There are,it seems, 800 members of the House of Lords, none of them elected. It's a good job they don't all turn up at once. It would make the Club terribly overcrowded.

It is a Club, no more than a Club, a home for has-beens and dodgy-dealers. (Don't give me that stuff about The Great and the Good: they are in a tiny minority).

One of our Peers of the Realm, Lord Hanningfield, is up before the beak right now. Fiddling his expenses. I feel sorry for him. There but for fortune (or, in the case of Baroness Uddin, the Director of Public Prosecutions) could go many of his lordly chums. How many do you suppose are honest? The majority?
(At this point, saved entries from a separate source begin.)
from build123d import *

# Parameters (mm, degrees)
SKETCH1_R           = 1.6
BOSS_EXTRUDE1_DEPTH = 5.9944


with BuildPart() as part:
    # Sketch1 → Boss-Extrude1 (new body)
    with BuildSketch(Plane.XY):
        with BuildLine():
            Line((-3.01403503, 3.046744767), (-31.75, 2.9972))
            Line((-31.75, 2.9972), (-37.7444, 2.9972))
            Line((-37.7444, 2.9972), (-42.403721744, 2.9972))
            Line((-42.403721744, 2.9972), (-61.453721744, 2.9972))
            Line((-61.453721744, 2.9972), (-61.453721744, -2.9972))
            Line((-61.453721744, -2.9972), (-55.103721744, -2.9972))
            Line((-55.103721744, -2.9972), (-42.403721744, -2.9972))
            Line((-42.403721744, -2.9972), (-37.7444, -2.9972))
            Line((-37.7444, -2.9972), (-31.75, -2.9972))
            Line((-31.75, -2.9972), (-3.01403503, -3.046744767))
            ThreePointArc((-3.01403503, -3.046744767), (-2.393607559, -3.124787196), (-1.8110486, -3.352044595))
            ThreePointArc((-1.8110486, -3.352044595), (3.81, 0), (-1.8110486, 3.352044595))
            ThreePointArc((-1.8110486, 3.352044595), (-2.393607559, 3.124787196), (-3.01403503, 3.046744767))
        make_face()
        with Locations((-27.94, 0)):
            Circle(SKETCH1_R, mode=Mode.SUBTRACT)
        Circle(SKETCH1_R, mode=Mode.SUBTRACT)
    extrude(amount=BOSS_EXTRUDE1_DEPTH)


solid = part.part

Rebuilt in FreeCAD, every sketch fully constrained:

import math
import FreeCAD as App
import Part
import Sketcher

V = App.Vector
Q = App.Units.Quantity

doc = App.newDocument("Part")
body = doc.addObject("PartDesign::Body", "Body")

# Sketch on XY plane
sketch1 = body.newObject("Sketcher::SketchObject", "Sketch")
sketch1.AttachmentSupport = (doc.getObject("XY_Plane"), [""])
sketch1.MapMode = "FlatFace"
sketch1.addGeometry([
    Part.LineSegment(V(-3.014035, 3.046745, 0), V(-31.75, 2.9972, 0)),  # 0
    Part.LineSegment(V(-31.75, 2.9972, 0), V(-61.453722, 2.9972, 0)),  # 1
    Part.LineSegment(V(-61.453722, 2.9972, 0), V(-61.453722, -2.9972, 0)),  # 2
    Part.LineSegment(V(-61.453722, -2.9972, 0), V(-31.75, -2.9972, 0)),  # 3
    Part.LineSegment(V(-31.75, -2.9972, 0), V(-3.014035, -3.046745, 0)),  # 4
    Part.ArcOfCircle(Part.Circle(V(-3.018414, -5.586741, 0), V(0, 0, 1), 2.54), math.radians(61.618456), math.radians(89.901214)),  # 5
    Part.ArcOfCircle(Part.Circle(V(0, 0, 0), V(0, 0, 1), 3.81), math.radians(-118.381544), math.radians(118.381544)),  # 6
    Part.ArcOfCircle(Part.Circle(V(-3.018414, 5.586741, 0), V(0, 0, 1), 2.54), math.radians(-89.901214), math.radians(-61.618456)),  # 7
    Part.Circle(V(-27.94, 0, 0), V(0, 0, 1), 1.6),  # 8
    Part.Circle(V(0, 0, 0), V(0, 0, 1), 1.6),  # 9
], False)
sketch1.addConstraint([
    Sketcher.Constraint("Coincident", 0, 2, 1, 1),
    Sketcher.Constraint("Coincident", 1, 2, 2, 1),
    Sketcher.Constraint("Coincident", 2, 2, 3, 1),
    Sketcher.Constraint("Coincident", 3, 2, 4, 1),
    Sketcher.Constraint("Tangent", 4, 2, 5, 2),
    Sketcher.Constraint("Tangent", 5, 1, 6, 1),
    Sketcher.Constraint("Tangent", 6, 2, 7, 2),
    Sketcher.Constraint("Tangent", 7, 1, 0, 1),
    Sketcher.Constraint("Horizontal", 1),
    Sketcher.Constraint("Vertical", 2),
    Sketcher.Constraint("Horizontal", 3),
    Sketcher.Constraint("Coincident", 6, 3, -1, 1),
    Sketcher.Constraint("Coincident", 9, 3, -1, 1),
    Sketcher.Constraint("Equal", 5, 7),
    Sketcher.Constraint("Equal", 8, 9),
    Sketcher.Constraint("Symmetric", 0, 2, 3, 2, -1),
    Sketcher.Constraint("PointOnObject", 8, 3, -1),
    Sketcher.Constraint("Vertical", 5, 3, 7, 3),
    Sketcher.Constraint("Radius", 5, Q("0.1 in")),
    Sketcher.Constraint("Radius", 6, Q("0.15 in")),
    Sketcher.Constraint("DistanceX", 8, 3, -1, 1, Q("1.1 in")),
    Sketcher.Constraint("Diameter", 8, 3.2),
    Sketcher.Constraint("DistanceY", 2, 2, 2, 1, Q("0.236 in")),
    Sketcher.Constraint("DistanceX", 0, 2, -1, 1, Q("1.25 in")),
    Sketcher.Constraint("DistanceX", 1, 2, 1, 1, 29.703722),
    Sketcher.Constraint("DistanceY", 5, 1, 4, 2, 0.3053),
])
pad1 = body.newObject("PartDesign::Pad", "Pad")
pad1.Profile = sketch1
pad1.Length = Q("0.236 in")

doc.recompute()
I doubt it.

It does rather prove the case that British voters are not ready for democracy that they have never insisted upon an elected Parliament, clearly being quite ready to settle for one House elected and one not.
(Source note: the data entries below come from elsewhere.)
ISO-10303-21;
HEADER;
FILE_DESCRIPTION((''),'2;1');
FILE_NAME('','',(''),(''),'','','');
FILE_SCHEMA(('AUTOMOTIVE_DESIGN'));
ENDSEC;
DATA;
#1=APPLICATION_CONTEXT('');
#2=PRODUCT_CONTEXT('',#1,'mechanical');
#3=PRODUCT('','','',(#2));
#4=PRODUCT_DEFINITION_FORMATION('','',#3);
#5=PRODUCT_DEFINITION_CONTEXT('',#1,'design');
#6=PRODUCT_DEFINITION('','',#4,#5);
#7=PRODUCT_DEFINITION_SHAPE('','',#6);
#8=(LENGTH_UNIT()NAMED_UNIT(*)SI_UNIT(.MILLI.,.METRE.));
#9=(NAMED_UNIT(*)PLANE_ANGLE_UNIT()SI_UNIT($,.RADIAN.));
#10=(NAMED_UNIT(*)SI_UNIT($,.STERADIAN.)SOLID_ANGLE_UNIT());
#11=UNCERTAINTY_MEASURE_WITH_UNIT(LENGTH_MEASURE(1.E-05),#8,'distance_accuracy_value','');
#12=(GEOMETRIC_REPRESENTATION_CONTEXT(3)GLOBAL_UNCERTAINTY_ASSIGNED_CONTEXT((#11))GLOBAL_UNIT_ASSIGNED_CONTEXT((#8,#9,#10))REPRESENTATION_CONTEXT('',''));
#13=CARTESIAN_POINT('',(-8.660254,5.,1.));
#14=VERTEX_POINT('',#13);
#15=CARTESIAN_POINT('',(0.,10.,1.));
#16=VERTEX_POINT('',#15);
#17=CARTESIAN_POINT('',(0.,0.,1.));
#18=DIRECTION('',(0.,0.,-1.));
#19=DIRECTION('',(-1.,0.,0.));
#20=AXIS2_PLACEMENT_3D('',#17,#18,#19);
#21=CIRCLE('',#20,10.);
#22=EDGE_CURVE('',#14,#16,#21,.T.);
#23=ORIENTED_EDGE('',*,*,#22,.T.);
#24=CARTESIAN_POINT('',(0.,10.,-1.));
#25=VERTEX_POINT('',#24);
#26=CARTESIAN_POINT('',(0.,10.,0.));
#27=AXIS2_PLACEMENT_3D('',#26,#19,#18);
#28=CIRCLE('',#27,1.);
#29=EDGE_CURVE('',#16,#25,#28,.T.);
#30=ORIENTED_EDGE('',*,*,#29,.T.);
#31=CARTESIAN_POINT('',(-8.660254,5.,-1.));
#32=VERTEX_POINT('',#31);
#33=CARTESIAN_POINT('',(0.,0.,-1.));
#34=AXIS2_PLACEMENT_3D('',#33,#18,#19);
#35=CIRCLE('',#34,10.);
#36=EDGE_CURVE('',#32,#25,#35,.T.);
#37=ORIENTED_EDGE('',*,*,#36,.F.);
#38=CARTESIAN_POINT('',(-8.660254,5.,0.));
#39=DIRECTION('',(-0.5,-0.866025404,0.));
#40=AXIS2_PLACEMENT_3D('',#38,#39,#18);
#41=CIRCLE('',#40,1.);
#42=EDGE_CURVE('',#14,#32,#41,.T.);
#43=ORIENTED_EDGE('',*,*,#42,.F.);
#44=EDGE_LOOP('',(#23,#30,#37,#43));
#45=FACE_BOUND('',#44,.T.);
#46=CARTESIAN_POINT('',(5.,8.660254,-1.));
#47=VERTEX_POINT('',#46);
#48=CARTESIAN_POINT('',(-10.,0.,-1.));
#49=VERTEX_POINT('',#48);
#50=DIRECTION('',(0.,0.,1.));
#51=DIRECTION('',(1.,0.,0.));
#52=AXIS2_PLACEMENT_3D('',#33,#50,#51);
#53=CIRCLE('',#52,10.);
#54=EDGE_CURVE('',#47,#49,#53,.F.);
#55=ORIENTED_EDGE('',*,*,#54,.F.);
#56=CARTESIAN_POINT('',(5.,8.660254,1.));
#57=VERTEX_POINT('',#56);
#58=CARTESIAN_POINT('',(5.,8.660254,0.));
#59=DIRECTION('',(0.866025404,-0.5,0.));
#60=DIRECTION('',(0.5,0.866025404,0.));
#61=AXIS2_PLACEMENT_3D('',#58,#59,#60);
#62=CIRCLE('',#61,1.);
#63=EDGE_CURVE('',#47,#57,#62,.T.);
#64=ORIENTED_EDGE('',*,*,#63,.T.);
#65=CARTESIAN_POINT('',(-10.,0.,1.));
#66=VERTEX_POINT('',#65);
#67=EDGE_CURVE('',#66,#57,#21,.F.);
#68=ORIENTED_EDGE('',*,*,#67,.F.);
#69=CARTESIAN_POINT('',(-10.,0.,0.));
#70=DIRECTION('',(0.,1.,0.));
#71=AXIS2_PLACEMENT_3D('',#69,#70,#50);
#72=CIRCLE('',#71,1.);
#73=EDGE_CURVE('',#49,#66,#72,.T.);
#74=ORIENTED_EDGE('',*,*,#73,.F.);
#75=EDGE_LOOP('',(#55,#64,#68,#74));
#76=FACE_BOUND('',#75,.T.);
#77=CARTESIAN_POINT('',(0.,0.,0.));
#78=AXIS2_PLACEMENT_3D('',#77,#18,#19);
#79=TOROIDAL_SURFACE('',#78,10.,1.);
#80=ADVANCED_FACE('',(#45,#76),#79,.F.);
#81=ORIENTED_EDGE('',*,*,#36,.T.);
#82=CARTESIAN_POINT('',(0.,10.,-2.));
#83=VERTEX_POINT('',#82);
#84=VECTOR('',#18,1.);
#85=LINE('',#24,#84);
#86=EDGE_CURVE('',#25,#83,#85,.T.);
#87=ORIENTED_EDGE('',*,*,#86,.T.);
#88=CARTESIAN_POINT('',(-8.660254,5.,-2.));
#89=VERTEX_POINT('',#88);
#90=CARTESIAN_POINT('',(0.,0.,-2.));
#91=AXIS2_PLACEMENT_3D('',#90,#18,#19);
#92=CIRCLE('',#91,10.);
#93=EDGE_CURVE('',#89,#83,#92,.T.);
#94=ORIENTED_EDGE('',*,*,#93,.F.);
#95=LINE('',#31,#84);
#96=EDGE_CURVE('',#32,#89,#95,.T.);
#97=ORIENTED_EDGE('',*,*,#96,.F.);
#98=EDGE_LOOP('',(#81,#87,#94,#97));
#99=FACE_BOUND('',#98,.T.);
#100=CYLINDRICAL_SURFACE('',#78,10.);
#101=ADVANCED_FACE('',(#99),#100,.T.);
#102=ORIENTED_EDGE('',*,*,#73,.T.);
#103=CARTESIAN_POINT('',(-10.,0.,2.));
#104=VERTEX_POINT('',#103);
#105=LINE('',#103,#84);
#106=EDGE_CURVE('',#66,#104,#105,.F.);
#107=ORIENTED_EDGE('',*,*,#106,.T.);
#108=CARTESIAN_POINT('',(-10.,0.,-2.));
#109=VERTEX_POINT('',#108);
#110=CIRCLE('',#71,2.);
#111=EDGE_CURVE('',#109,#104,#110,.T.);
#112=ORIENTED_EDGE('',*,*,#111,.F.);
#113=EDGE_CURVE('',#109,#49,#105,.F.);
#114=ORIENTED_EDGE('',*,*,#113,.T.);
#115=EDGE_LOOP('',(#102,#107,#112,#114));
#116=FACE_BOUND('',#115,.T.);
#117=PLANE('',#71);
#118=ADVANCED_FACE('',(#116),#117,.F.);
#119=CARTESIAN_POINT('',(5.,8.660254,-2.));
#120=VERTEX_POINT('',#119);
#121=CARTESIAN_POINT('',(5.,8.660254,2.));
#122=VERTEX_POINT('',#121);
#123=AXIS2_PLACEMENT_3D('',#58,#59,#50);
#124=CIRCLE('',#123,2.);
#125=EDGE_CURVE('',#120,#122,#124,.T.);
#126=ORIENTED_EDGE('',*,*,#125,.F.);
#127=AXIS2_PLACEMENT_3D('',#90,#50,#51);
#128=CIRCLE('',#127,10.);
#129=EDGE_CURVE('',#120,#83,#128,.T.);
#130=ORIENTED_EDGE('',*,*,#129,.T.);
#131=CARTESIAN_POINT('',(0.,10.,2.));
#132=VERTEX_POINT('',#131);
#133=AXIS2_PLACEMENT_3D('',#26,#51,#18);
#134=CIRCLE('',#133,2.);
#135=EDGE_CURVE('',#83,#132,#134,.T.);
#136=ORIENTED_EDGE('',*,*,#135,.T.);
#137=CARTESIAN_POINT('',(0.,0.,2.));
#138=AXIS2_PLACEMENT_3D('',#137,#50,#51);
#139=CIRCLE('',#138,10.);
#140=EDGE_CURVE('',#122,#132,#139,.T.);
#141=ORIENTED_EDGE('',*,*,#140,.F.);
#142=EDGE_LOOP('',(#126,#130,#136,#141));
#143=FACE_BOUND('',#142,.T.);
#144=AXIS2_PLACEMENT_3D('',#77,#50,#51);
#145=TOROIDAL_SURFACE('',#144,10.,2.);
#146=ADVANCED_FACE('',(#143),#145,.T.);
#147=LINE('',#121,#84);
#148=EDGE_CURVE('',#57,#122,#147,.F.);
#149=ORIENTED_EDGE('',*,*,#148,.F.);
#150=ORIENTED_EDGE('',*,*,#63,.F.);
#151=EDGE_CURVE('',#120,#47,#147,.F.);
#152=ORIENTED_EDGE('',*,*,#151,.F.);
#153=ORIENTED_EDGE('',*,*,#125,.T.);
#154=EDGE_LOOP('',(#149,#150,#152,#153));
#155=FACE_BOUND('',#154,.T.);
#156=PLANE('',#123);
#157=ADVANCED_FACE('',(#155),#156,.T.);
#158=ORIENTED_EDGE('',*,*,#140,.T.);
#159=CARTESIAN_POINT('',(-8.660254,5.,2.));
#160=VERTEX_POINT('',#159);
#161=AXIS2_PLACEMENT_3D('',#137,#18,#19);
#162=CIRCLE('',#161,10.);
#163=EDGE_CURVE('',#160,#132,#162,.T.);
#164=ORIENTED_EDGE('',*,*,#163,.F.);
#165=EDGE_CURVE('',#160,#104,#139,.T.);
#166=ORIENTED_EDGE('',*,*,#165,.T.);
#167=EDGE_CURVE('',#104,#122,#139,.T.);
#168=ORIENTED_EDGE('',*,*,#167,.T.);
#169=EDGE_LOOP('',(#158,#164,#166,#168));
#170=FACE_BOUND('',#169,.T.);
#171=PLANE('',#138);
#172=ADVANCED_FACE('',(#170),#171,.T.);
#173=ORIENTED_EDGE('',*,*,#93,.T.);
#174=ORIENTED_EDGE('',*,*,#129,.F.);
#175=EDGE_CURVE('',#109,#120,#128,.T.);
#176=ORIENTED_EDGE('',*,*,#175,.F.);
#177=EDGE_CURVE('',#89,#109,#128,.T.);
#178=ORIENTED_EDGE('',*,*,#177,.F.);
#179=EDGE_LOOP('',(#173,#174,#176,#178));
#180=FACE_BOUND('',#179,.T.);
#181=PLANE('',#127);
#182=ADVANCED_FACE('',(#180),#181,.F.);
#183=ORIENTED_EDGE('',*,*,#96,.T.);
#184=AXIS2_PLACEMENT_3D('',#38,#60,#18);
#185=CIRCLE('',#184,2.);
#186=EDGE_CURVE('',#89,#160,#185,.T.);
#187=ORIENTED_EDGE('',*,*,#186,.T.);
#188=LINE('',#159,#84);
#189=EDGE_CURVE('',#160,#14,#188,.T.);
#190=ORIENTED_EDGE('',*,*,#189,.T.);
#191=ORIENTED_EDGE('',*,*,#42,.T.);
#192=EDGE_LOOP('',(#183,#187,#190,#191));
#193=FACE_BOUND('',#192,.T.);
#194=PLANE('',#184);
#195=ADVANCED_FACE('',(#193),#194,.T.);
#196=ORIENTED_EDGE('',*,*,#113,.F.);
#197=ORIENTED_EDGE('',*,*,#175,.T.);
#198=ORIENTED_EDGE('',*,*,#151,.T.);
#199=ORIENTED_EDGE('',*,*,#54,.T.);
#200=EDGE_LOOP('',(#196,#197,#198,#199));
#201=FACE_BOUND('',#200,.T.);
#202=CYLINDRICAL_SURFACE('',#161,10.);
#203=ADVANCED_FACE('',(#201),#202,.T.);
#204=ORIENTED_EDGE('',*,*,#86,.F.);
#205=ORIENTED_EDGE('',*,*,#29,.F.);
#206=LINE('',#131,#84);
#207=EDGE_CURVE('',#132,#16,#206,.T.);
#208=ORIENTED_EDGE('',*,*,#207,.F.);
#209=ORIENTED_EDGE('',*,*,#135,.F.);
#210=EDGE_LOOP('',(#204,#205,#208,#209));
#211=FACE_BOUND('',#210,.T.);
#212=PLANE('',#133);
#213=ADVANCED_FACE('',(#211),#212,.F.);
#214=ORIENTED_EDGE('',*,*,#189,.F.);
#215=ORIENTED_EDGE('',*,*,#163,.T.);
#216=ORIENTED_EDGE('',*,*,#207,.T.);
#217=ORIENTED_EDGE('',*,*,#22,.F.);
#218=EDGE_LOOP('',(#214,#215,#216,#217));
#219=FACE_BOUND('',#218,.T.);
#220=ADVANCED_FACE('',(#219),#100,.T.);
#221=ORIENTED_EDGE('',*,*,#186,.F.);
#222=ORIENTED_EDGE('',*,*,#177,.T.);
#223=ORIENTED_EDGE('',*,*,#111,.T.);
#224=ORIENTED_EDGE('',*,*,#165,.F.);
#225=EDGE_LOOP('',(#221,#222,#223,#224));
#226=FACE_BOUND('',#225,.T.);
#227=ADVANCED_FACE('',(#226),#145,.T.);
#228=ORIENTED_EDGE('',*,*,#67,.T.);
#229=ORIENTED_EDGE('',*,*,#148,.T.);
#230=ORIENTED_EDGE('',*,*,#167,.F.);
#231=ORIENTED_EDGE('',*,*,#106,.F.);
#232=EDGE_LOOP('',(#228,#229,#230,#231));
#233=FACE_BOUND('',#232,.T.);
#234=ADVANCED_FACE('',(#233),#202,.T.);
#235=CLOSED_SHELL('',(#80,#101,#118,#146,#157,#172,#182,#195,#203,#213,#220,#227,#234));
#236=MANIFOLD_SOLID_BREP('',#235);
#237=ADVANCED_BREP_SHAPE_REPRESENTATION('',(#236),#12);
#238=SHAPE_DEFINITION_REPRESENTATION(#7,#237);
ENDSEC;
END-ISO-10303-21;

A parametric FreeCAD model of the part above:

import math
import FreeCAD as App
import Part
import Sketcher

doc = App.newDocument("Part")
body = doc.addObject("PartDesign::Body", "Body")

# Sketch on XY plane
sketch1 = body.newObject("Sketcher::SketchObject", "Sketch")
sketch1.AttachmentSupport = (doc.getObject("XY_Plane"), [""])
sketch1.MapMode = "FlatFace"
sketch1.addGeometry(Part.Circle(App.Vector(0, 0, 0), App.Vector(0, 0, 1), 10), False)
sketch1.addConstraint([
    Sketcher.Constraint("Coincident", 0, 3, -1, 1),
    Sketcher.Constraint("Diameter", 0, 20.0),
])
pad1 = body.newObject("PartDesign::Pad", "Pad")
pad1.Profile = sketch1
pad1.Length = 4
pad1.Midplane = True

# Sketch on XZ plane
sketch2 = body.newObject("Sketcher::SketchObject", "Sketch001")
sketch2.AttachmentSupport = (doc.getObject("XZ_Plane"), [""])
sketch2.MapMode = "FlatFace"
sketch2.addGeometry(Part.Circle(App.Vector(-10, 0, 0), App.Vector(0, 0, 1), 2), False)
sketch2.addConstraint([
    Sketcher.Constraint("PointOnObject", 0, 3, -1),
    Sketcher.Constraint("Diameter", 0, 4.0),
    Sketcher.Constraint("DistanceX", 0, 3, -1, 1, 10.0),
])
revolution = body.newObject("PartDesign::Revolution", "Revolution")
revolution.Profile = sketch2
revolution.ReferenceAxis = (sketch2, ["V_Axis"])
revolution.Angle = 120
revolution.Reversed = True

# Sketch on YZ plane
sketch3 = body.newObject("Sketcher::SketchObject", "Sketch002")
sketch3.AttachmentSupport = (doc.getObject("YZ_Plane"), [""])
sketch3.MapMode = "FlatFace"
sketch3.addGeometry(Part.Circle(App.Vector(10, 0, 0), App.Vector(0, 0, 1), 1), False)
sketch3.addConstraint([
    Sketcher.Constraint("PointOnObject", 0, 3, -1),
    Sketcher.Constraint("Diameter", 0, 2.0),
    Sketcher.Constraint("DistanceX", -1, 1, 0, 3, 10.0),
])
groove = body.newObject("PartDesign::Groove", "Groove")
groove.Profile = sketch3
groove.ReferenceAxis = (sketch3, ["V_Axis"])
groove.Angle = 360

# Sketch on YZ plane
sketch4 = body.newObject("Sketcher::SketchObject", "Sketch003")
sketch4.AttachmentSupport = (doc.getObject("YZ_Plane"), [""])
sketch4.MapMode = "FlatFace"
sketch4.addGeometry([
    Part.LineSegment(App.Vector(10, 2, 0), App.Vector(10, 1, 0)),
    Part.ArcOfCircle(Part.Circle(App.Vector(10, 0, 0), App.Vector(0, 0, 1), 1), math.radians(-90), math.radians(90)),
    Part.LineSegment(App.Vector(10, -1, 0), App.Vector(10, -2, 0)),
    Part.ArcOfCircle(Part.Circle(App.Vector(10, 0, 0), App.Vector(0, 0, 1), 2), math.radians(-90), math.radians(90)),
], False)
sketch4.addConstraint([
    Sketcher.Constraint("Coincident", 0, 2, 1, 2),
    Sketcher.Constraint("Coincident", 1, 1, 2, 1),
    Sketcher.Constraint("Coincident", 2, 2, 3, 1),
    Sketcher.Constraint("Coincident", 3, 2, 0, 1),
    Sketcher.Constraint("Vertical", 0),
    Sketcher.Constraint("Vertical", 2),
In retrospect, Tony Blair appears to have been an awful Radical in kicking the hereditaries out of the House of Lords and that must be one of the reasons why William and Kate didn't invite him to their wedding. They aren't on the side of democracy either, which is why they are so wildly popular.

So it's another Lost Cause to suggest that the best thing to do with the House of Lords is abolish it altogether. The only way I can make this idea remotely attractive is to suggest that the Taxpayers' Alliance might favour it in pursuit of the ideal of smaller, balanced-books, government. Lord Hanningfield has cost us a lot of money already and will cost us even more if he goes to jail. Close down the House of Lords, remove temptation, save money, annoy Lord Prescott.